### EXERCISE DATA ###

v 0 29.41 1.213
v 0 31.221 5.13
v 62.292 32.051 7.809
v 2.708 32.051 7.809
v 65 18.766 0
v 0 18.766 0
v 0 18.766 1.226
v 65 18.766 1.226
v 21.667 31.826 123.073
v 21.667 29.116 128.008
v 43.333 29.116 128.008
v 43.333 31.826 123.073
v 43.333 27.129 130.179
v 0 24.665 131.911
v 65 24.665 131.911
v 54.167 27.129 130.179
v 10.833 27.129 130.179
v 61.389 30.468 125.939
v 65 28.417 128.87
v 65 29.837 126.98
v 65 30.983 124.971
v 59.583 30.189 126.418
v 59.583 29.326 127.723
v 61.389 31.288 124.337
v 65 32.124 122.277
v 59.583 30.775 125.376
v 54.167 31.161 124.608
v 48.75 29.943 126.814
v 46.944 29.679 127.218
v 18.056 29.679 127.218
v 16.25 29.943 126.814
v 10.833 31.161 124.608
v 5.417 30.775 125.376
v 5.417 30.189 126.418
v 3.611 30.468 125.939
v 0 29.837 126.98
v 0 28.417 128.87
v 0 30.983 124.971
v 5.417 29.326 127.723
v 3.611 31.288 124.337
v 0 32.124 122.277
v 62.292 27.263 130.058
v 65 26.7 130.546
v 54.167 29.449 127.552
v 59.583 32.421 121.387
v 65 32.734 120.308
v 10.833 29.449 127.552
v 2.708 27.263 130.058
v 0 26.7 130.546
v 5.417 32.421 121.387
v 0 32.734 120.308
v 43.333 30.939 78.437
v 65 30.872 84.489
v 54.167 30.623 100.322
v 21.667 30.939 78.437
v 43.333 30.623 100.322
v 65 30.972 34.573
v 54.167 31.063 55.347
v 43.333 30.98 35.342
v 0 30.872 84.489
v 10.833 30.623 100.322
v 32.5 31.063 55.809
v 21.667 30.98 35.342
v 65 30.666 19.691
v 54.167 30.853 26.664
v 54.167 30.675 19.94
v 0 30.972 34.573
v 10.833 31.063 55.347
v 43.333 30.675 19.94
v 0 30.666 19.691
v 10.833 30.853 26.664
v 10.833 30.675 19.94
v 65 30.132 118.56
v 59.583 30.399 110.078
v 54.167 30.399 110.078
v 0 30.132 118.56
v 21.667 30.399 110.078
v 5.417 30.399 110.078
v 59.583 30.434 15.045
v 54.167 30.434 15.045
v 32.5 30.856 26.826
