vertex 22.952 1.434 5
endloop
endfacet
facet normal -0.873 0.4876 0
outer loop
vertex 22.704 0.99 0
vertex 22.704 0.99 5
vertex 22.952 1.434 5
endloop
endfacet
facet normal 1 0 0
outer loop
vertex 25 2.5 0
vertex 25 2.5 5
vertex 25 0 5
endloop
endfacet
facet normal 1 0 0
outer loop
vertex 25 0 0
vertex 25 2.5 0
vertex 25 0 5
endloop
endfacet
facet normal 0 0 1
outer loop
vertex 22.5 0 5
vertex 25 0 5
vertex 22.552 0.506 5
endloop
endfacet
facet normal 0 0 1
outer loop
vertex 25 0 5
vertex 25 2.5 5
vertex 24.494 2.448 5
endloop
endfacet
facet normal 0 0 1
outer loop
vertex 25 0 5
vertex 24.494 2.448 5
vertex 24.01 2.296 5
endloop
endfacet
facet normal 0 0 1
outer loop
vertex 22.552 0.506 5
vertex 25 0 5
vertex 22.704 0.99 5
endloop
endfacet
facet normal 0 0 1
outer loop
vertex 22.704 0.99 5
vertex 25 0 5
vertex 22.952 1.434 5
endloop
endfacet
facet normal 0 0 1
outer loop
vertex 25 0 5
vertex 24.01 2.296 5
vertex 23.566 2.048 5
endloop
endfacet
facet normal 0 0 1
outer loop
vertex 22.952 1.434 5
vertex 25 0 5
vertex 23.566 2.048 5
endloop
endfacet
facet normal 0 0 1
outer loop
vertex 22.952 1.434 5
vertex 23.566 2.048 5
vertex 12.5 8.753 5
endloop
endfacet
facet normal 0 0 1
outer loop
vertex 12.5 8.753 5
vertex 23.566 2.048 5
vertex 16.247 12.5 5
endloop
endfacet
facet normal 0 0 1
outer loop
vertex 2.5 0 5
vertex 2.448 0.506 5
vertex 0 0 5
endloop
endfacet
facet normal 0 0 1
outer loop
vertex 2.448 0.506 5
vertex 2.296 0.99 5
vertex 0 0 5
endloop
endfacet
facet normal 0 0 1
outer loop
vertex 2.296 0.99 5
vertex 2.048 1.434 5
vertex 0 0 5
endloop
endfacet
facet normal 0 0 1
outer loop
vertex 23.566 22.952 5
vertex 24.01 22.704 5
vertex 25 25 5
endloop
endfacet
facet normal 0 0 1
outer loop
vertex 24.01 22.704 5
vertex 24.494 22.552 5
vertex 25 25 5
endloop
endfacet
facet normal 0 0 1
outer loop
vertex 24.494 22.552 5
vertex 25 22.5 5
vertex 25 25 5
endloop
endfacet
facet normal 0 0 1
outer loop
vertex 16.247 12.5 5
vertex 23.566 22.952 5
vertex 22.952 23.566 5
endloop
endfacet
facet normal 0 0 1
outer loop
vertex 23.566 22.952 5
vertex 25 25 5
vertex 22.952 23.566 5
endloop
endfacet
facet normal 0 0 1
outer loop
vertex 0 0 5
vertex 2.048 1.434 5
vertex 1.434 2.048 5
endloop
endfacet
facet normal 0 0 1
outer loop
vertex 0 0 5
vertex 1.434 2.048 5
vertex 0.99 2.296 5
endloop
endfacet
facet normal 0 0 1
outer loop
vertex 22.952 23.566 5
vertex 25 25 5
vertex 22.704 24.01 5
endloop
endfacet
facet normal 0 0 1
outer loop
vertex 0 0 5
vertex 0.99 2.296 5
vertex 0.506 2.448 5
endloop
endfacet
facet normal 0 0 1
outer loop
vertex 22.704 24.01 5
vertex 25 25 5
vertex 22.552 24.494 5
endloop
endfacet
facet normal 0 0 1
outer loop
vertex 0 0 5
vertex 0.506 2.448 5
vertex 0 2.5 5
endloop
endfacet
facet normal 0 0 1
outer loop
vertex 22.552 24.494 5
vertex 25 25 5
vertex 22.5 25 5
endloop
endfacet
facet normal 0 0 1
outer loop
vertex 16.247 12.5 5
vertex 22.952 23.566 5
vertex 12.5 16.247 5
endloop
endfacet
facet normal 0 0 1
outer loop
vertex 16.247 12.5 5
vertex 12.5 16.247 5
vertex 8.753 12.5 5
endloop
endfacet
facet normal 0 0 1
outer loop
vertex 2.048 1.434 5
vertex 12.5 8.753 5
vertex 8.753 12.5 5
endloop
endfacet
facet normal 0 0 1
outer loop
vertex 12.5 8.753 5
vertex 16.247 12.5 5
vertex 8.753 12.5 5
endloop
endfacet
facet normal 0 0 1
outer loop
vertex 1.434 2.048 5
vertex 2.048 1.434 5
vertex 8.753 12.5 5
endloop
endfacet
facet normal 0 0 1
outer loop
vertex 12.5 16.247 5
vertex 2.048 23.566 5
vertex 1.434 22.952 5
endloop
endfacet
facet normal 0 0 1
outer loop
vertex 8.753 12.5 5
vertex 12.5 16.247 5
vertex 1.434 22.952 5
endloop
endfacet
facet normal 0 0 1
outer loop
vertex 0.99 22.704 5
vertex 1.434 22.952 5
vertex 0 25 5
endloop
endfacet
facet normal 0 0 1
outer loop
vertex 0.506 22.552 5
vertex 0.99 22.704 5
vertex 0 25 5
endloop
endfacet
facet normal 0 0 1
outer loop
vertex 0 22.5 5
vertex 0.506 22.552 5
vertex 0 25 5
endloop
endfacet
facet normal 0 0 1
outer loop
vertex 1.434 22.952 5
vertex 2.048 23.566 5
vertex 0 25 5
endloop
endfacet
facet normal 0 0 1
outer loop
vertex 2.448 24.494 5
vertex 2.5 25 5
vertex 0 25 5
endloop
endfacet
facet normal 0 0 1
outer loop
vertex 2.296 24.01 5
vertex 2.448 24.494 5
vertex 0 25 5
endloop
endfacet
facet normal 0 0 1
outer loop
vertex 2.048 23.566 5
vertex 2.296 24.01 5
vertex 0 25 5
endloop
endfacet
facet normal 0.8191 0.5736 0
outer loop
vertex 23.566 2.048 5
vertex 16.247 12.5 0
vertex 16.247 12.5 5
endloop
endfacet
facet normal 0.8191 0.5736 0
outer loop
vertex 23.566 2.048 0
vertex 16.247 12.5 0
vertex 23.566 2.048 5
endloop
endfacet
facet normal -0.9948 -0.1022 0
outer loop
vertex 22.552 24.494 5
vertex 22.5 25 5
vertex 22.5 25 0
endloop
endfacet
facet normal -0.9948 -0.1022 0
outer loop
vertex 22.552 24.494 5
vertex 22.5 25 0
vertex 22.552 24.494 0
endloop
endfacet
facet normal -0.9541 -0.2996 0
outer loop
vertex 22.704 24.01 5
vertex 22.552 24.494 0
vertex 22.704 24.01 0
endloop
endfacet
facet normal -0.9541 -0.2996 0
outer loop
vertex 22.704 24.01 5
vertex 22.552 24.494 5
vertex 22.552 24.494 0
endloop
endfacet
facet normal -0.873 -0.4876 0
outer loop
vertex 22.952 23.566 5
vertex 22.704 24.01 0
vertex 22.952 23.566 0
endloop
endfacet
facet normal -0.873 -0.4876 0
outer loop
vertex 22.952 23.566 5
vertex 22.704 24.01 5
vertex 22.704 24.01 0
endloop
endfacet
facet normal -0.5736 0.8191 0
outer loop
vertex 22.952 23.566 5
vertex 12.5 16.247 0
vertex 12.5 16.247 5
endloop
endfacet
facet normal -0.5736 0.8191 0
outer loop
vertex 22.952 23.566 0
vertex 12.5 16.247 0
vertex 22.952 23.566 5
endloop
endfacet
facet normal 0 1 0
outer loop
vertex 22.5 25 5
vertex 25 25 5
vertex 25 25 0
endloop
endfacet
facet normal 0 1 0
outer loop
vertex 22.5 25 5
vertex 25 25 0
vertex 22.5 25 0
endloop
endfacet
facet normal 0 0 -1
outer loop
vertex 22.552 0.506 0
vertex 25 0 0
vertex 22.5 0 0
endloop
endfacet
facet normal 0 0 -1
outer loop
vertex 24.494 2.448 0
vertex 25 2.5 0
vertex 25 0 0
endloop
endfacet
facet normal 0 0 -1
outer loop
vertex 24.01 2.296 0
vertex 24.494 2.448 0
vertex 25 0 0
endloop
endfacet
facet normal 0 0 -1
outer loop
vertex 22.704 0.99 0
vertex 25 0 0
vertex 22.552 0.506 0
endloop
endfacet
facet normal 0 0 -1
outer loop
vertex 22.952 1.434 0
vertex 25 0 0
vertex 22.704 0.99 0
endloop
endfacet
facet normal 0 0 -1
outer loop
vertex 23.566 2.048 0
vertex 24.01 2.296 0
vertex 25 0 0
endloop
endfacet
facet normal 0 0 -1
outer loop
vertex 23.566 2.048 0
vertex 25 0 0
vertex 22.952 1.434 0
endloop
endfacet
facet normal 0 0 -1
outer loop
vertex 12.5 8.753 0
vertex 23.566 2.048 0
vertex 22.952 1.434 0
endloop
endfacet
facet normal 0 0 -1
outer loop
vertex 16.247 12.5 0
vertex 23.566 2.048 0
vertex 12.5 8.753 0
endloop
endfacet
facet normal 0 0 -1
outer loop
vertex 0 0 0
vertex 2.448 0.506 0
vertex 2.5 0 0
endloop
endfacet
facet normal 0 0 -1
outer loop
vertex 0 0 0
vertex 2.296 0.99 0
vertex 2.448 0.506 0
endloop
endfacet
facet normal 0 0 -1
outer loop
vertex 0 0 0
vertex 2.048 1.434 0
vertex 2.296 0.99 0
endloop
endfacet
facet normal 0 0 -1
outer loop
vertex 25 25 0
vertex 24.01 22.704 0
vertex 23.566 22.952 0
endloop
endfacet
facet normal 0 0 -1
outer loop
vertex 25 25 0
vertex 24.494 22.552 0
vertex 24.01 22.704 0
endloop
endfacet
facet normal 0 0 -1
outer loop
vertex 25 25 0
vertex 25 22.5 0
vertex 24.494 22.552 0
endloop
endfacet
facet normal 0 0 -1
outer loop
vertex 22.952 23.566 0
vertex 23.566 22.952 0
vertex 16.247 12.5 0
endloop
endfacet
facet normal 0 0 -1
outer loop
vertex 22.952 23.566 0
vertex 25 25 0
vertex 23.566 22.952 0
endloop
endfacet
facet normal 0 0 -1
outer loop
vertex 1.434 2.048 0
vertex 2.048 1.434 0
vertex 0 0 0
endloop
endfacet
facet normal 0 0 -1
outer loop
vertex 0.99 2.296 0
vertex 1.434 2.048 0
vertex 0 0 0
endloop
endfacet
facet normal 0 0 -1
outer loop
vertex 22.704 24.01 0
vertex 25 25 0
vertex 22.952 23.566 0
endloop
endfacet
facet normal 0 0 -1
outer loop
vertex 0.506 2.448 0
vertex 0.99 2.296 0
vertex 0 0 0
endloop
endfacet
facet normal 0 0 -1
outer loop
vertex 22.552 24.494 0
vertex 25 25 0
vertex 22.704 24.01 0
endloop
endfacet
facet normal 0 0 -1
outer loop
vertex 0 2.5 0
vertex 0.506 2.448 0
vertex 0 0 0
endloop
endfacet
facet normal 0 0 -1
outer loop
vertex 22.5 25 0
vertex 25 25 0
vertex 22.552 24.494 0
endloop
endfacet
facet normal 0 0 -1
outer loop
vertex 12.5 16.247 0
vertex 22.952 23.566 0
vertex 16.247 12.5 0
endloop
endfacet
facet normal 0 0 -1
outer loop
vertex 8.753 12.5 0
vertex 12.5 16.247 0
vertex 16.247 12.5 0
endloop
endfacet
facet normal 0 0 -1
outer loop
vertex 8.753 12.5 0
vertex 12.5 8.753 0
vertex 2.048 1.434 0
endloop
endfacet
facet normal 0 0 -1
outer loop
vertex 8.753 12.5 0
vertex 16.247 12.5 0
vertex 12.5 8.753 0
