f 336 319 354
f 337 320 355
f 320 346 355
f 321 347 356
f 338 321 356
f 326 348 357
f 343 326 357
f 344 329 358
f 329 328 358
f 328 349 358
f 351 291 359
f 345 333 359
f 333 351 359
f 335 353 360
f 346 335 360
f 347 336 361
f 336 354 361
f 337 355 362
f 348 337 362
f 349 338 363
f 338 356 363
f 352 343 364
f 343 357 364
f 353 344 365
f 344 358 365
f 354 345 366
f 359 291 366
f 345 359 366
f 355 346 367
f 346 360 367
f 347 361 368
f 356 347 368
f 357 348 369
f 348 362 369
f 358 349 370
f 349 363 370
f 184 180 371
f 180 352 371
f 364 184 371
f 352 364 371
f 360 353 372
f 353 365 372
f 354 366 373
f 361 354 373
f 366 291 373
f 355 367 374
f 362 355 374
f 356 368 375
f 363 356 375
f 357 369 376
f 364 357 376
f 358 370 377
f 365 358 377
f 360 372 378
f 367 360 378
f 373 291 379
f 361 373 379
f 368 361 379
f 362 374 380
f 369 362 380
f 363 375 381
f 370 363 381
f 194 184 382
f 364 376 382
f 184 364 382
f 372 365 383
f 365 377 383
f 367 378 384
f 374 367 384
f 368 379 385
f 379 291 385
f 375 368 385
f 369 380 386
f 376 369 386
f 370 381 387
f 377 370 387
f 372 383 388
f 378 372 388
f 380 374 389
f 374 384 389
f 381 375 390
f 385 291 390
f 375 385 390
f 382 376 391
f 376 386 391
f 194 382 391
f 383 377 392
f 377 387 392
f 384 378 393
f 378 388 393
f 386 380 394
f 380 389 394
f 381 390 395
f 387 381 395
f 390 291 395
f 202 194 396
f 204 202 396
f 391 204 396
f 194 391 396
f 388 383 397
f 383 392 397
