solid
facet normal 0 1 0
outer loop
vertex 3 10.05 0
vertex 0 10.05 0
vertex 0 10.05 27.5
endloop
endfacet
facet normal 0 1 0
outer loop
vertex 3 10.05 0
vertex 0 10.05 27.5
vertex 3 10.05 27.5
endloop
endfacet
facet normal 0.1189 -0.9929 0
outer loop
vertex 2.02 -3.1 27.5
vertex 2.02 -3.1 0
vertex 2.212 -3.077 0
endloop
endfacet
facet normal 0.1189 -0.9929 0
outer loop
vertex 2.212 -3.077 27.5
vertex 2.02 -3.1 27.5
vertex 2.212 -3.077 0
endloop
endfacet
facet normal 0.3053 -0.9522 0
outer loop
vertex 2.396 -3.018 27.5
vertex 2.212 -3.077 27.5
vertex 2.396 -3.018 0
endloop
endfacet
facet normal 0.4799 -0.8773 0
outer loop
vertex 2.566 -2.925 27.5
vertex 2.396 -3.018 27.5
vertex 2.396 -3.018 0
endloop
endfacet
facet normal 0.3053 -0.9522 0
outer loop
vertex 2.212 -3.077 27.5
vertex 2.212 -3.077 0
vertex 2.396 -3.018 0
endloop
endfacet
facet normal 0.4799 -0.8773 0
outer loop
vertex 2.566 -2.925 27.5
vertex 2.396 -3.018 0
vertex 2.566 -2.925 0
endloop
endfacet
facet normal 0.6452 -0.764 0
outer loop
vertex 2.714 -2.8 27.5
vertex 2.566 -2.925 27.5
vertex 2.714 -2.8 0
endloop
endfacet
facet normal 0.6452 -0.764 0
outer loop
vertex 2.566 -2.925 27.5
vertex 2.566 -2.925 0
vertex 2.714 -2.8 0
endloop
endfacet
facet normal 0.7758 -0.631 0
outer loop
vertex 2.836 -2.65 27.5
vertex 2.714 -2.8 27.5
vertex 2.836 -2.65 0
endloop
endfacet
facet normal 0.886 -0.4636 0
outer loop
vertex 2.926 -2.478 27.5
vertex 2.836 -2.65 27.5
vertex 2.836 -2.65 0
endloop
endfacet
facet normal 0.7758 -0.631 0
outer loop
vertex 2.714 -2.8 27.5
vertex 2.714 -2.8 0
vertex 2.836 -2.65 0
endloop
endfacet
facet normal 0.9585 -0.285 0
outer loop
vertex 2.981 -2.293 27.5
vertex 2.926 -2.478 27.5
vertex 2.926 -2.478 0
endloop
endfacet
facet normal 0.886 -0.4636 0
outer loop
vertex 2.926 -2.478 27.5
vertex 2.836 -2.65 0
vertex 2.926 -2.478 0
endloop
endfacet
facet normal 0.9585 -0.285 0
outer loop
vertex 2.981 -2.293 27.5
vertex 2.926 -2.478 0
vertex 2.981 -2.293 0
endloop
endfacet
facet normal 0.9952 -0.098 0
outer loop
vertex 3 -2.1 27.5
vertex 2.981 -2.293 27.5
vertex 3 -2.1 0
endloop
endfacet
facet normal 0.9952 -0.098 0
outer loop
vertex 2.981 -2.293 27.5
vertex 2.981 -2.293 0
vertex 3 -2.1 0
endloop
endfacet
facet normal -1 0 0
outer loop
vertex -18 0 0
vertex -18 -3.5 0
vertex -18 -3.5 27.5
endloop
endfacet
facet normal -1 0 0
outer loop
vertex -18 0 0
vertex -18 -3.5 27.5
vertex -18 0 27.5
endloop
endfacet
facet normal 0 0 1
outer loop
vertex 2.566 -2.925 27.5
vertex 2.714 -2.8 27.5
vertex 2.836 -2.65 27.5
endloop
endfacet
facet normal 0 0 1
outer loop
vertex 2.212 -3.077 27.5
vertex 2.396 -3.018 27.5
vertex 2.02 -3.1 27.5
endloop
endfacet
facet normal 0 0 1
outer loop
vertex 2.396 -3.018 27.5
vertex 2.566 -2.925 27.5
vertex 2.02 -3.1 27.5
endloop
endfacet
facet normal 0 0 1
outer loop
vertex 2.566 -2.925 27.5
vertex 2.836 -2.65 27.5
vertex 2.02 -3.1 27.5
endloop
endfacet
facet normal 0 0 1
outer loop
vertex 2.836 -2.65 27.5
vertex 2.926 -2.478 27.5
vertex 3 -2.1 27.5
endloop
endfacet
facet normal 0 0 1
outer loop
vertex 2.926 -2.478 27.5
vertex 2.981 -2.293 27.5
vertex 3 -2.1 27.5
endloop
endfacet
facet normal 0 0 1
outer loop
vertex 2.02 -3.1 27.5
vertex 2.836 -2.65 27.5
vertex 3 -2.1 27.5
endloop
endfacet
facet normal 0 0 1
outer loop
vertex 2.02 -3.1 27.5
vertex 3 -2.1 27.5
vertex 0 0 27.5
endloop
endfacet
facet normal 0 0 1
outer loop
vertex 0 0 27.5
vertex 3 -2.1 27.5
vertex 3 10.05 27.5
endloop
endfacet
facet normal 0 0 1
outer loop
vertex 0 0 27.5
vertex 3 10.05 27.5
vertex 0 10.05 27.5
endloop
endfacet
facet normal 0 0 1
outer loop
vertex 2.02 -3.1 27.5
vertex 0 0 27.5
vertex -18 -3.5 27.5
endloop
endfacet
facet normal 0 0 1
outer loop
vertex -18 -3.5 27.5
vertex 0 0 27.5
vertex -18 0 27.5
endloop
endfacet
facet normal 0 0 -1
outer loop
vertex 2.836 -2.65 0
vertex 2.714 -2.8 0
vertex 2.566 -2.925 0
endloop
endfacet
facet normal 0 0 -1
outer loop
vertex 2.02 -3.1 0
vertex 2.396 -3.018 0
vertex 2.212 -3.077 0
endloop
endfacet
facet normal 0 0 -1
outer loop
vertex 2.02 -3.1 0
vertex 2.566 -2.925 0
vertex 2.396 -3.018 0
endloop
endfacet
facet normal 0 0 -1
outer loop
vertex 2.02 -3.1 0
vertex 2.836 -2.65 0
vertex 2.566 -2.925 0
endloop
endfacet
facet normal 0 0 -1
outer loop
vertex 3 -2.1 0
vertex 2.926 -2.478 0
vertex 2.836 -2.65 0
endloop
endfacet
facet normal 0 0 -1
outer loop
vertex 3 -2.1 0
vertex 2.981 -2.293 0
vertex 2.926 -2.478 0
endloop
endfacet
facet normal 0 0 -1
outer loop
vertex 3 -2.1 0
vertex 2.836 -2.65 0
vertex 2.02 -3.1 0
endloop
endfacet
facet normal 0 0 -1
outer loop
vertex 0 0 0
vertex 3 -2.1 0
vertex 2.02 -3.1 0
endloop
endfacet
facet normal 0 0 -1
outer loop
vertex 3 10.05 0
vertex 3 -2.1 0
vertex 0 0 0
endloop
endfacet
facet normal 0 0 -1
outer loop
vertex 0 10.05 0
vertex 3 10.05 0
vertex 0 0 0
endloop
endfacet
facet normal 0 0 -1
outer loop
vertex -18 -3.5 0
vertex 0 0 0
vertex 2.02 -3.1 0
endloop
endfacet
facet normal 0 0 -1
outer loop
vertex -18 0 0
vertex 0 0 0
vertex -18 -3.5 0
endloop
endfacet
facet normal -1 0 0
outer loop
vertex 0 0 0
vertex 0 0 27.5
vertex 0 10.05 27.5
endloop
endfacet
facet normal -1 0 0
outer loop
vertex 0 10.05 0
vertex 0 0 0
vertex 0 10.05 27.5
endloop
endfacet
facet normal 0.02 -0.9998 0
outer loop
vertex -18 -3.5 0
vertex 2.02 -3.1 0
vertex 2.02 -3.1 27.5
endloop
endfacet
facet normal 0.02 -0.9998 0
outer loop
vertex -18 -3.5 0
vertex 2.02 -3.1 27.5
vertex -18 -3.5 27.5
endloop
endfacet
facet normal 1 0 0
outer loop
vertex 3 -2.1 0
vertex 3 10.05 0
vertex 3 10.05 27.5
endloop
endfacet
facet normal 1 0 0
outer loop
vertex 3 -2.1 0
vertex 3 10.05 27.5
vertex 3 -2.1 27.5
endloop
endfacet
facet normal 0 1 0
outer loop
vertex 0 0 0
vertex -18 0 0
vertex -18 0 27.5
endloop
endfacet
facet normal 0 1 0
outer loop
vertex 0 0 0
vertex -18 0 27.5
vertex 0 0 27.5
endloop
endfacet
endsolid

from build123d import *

# Parameters (mm, degrees)
PAD_DEPTH = 27.5


with BuildPart() as part:
    # Sketch → Pad (new body)
    with BuildSketch(Plane.XY):
        with BuildLine():
            Line((0, 0), (0, 10.0498))
            Line((0, 10.0498), (3, 10.0498))
            Line((3, 10.0498), (3, -2.1002))
            ThreePointArc((2.019976, -3.1), (2.714134, -2.800208), (3, -2.1002))
            Line((2.019976, -3.1), (-18, -3.5))
            Line((-18, -3.5), (-18, 0))
            Line((-18, 0), (0, 0))
        make_face()
    extrude(amount=PAD_DEPTH)


solid = part.part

###

- _PROBLEM TO WORK ON_
All lines in the listing above from the line containing "f 352 343 364" to the line containing "f 367 360 378", inclusive, should be retyped exactly; no other lines should appear.

- _TASK RESULT_
f 352 343 364
f 343 357 364
f 353 344 365
f 344 358 365
f 354 345 366
f 359 291 366
f 345 359 366
f 355 346 367
f 346 360 367
f 347 361 368
f 356 347 368
f 357 348 369
f 348 362 369
f 358 349 370
f 349 363 370
f 184 180 371
f 180 352 371
f 364 184 371
f 352 364 371
f 360 353 372
f 353 365 372
f 354 366 373
f 361 354 373
f 366 291 373
f 355 367 374
f 362 355 374
f 356 368 375
f 363 356 375
f 357 369 376
f 364 357 376
f 358 370 377
f 365 358 377
f 360 372 378
f 367 360 378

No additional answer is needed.